Background: This study evaluates the cost-effectiveness of pertuzumab with trastuzumab biosimilar and docetaxel as initial treatment for HER2-positive metastatic breast cancer (MBC) in Singapore.
Methods: A partitioned survival model with three health states was developed to evaluate the cost- effectiveness of trastuzumab biosimilar and docetaxel with or without pertuzumab from a healthcare system perspective over a 15-year time horizon for patients with HER2-positive MBC. Key clinical inputs were derived from the CLEOPATRA trial. Health state utilities were derived from the literature and direct medical costs were obtained from local public healthcare institutions.
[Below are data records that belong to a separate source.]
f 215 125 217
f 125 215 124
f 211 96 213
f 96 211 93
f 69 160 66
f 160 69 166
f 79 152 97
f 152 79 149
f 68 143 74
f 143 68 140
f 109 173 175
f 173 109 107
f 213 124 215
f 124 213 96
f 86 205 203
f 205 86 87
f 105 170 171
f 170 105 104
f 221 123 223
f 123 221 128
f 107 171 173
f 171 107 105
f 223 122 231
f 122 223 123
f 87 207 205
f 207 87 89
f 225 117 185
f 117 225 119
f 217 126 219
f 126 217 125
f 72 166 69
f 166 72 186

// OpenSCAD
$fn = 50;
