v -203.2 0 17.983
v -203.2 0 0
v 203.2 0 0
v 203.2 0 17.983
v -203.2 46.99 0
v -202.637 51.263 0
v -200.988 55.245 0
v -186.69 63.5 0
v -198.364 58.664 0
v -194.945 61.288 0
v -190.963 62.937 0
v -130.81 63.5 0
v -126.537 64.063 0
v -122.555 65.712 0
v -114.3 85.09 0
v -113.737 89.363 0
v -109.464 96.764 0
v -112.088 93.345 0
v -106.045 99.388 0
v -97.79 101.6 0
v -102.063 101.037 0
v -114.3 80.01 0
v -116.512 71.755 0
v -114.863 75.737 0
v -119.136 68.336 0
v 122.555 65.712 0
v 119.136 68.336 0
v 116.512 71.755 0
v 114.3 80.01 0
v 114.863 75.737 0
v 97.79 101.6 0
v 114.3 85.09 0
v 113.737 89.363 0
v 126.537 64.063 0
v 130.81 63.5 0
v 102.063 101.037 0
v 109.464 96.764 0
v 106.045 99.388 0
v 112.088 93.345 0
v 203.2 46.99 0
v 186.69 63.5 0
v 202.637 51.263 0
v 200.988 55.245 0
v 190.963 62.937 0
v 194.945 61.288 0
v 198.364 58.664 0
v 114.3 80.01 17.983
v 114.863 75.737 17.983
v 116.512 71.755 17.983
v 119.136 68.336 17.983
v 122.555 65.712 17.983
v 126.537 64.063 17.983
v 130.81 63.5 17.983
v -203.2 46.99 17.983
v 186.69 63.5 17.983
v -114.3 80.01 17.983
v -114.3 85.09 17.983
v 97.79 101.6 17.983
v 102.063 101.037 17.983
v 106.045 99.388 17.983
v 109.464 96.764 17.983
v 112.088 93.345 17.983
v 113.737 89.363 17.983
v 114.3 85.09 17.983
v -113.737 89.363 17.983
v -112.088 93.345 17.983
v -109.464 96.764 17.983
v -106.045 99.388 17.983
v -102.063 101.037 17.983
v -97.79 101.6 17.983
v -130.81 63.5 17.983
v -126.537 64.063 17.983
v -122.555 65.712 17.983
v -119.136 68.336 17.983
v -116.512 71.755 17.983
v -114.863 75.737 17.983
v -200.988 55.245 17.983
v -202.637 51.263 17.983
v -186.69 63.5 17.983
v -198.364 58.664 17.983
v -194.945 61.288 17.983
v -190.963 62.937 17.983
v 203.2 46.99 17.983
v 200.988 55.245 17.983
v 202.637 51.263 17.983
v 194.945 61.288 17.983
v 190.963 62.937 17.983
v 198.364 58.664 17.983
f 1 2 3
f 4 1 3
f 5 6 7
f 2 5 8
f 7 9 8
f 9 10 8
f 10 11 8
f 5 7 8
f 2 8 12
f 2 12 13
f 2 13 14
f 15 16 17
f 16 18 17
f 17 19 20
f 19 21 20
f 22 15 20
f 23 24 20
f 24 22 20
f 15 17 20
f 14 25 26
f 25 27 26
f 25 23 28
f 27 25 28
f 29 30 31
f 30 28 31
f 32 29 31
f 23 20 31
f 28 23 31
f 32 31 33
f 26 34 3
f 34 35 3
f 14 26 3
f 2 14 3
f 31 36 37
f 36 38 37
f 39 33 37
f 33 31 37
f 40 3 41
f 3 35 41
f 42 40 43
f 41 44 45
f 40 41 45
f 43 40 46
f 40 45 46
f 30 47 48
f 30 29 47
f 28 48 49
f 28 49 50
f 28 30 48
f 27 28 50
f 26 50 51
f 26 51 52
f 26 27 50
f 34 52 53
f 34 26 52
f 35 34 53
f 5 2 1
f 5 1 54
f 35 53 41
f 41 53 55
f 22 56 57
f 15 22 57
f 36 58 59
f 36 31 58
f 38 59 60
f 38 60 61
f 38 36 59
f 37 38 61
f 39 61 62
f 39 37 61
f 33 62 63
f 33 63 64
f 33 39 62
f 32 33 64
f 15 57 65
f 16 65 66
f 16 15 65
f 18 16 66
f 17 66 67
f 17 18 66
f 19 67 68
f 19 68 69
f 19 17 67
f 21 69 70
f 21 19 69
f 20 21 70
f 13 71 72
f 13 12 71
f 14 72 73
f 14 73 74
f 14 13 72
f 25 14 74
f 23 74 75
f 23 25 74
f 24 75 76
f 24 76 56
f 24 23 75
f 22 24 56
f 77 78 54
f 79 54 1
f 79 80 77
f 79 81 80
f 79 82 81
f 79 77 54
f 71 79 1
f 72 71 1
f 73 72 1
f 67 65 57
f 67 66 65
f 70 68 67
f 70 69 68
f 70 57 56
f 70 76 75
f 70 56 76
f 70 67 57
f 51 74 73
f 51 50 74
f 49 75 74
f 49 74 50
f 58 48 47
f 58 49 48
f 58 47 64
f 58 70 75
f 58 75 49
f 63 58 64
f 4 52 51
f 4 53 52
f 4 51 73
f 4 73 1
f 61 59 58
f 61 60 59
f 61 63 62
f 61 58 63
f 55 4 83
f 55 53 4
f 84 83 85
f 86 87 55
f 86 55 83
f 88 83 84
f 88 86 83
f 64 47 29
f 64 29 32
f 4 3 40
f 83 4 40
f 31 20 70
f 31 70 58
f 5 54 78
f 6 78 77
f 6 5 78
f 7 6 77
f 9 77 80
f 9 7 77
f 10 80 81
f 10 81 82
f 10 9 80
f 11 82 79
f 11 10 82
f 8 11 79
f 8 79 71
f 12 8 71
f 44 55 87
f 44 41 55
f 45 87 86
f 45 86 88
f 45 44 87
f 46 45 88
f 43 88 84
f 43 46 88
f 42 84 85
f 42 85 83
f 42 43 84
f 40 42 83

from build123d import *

# Parameters (mm, degrees)
SKETCH1_W           = 406.4
SKETCH1_H           = 101.6
BOSS_EXTRUDE1_DEPTH = 17.9832
SKETCH2_W           = 88.9
SKETCH2_H           = 38.1
CUT_EXTRUDE1_DEPTH  = 228.895141419
FILLET1_R           = 16.51


with BuildPart() as part:
    # Sketch1 → Boss-Extrude1 (new body)
    with BuildSketch(Plane.XY):
        with Locations((0, 50.8)):
            Rectangle(SKETCH1_W, SKETCH1_H)
    extrude(amount=BOSS_EXTRUDE1_DEPTH)

    # Sketch2 → Cut-Extrude1 (cut, through all)
    with BuildSketch(Plane.XY.offset(17.9832)):
        with Locations((-158.75, 82.55)):
            Rectangle(SKETCH2_W, SKETCH2_H)
        with Locations((158.75, 82.55)):
            Rectangle(SKETCH2_W, SKETCH2_H)
    extrude(amount=-CUT_EXTRUDE1_DEPTH, mode=Mode.SUBTRACT)

    # Fillet1
    fillet1_edges = [part.edges().sort_by_distance(p)[0] for p in [
        (-203.2, 63.5, 8.9916),
        (-114.3, 101.6, 8.9916),
        (-114.3, 63.5, 8.9916),
        (203.2, 63.5, 8.9916),
        (114.3, 63.5, 8.9916),
        (114.3, 101.6, 8.9916),
    ]]
    fillet(fillet1_edges, radius=FILLET1_R)


solid = part.part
Results: The base-case resulted in an incremental cost-effectiveness ratio (ICER) of SGD366,658 (USD272,244) per quality-adjusted life-year (QALY) gained. One-way sensitivity analyses showed that the ICER was sensitive to utilities in the progression-free state, price of pertuzumab and time horizon. When the price for trastuzumab reference biologic (branded) was applied, the ICER was even higher (SGD426,996 [USD317,045]/QALY).
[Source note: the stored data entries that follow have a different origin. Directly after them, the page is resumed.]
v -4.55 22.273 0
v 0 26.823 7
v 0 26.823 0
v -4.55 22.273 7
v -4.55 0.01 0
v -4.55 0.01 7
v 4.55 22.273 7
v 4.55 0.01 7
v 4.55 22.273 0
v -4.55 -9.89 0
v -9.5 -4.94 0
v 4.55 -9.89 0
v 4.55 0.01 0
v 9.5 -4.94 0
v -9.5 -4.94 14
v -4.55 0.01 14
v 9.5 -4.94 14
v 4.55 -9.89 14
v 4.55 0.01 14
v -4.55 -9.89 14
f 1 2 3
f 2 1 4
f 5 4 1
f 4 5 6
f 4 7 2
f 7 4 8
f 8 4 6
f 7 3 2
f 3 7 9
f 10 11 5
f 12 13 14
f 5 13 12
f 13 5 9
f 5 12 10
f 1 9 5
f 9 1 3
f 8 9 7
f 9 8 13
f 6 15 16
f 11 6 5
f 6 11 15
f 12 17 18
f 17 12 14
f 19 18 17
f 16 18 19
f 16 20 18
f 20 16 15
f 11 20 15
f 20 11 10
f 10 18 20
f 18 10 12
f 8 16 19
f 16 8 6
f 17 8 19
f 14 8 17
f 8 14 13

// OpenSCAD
//Spacers for Wanhao Duplicator 4S
//Used to align the cover with the frame
//Ari M. Diacou
//January 2016
//Shared under Creative Commons License: Attribution-ShareAlike 3.0 Unported (CC BY-SA 3.0) 
//see http://creativecommons.org/licenses/by-sa/3.0/

inch=25.4+0;//In case you want to specify distances in inches (1"=25.4mm).
//The hole these will fit into is roughly hexagonal. Measure the widest corner to corner distance.
widest_corner_to_corner_distance=19.3;
//Measure the distance between the corners in a direction outward from the top-center of the printer. This direction should be perpendicular to the one just measured.
corner_to_corner_distance_in_outward_direction=10;
//Measure the depth/height of the curled over part of the top frame. 
base_depth=7;
//How high would you like your spacer to rise off the frame?
tip_height=7;
//What is the left-right distance of the gap between the frame angle bars?
frame_width=366.7;
//What is the distance of the gap between the frame angle bars, in the front to back direction? 
frame_depth=219.1;
//What is the inside left-right distance of your cover?
cover_width=412.8;
//What is the inside front-back distance of your cover?
cover_depth=266.7;
//A tolerance distance that makes the dimensions smaller by relative but appropriate? amounts. 1 = 1mm shaved off the widest corner to corner distance, .5mm in the corner to corner distance in outward direction, and would give a 3mm tolerance in the width, and 2mm in the depth directions.
tolerance=.2;
/*[Hidden]*/
///////////////// Derived Parameters ////////////////////////
b=corner_to_corner_distance_in_outward_direction-tolerance/2; 
a=(min(cover_width-frame_width-3*tolerance,cover_depth-frame_depth-2*tolerance)-sqrt(2)*b)*sqrt(2)/2; 
c=widest_corner_to_corner_distance-corner_to_corner_distance_in_outward_direction-tolerance; 
A=[0,a+c/2];
B=[c/2,a];I=left(B);
C=[c/2,0];H=left(C);
D=[c/2+b/2,-b/2];G=left(D);
E=[c/2,-b];F=left(E);
TIP=[A,B,C,H,I];
BASE=[C,D,E,F,G,H];
/////////////////// Testing Output //////////////////////////
echo(str("cover width-frame width(x)=",cover_width-frame_width," mm"));
echo(str("cover depth-frame depth(y)=",cover_depth-frame_depth ," mm"));
echo(str("a=",a," mm"));
echo(str("b=",b," mm"));
echo(str("c=",c," mm"));
echo(str("tip length=",A[1]," mm"));
echo(str("total length=",A[1]+b," mm"));
echo(str("total width=",D[0]*2," mm"));
echo(str("total height=",tip_height+base_depth," mm"));
echo(str("suggested filename = spacer a=",a,",b=",b,",c=",c,",z=",tip_height));
/////////////////////// Main() //////////////////////////////
color("red") linear_extrude(tip_height) polygon(TIP);
translate([0,.01,0]) color("brown") linear_extrude(tip_height+base_depth) polygon(BASE);
//////////////////// Functions //////////////////////////////
function left(RIGHT)=[-RIGHT[0],RIGHT[1]];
Conclusion: Although trastuzumab biosimilar reduced the cost of the pertuzumab combination regimen, the ICER remained high and was not cost effective in Singapore’s context. As pertuzumab contributed 80% of the overall combination treatment cost, price reductions for pertuzumab will be required to improve the cost-effectiveness of combination treatment to an acceptable level.

1. Background

Targeted combination therapies, comprising a ‘backbone ther- apy’ and an ‘add-on’ therapy, are increasingly used in cancer care as they enable parallel inhibition of targets, resulting in a more effective and durable blockade [1]. However, they can pose a budget challenge for payers especially when multiple patented products are used together. Likewise, studies have shown that clinically effective ‘add-on therapies’ are often not cost-effective even at zero price especially when survival gain increases the time spent on the expensive treatment combi- nation [2,3].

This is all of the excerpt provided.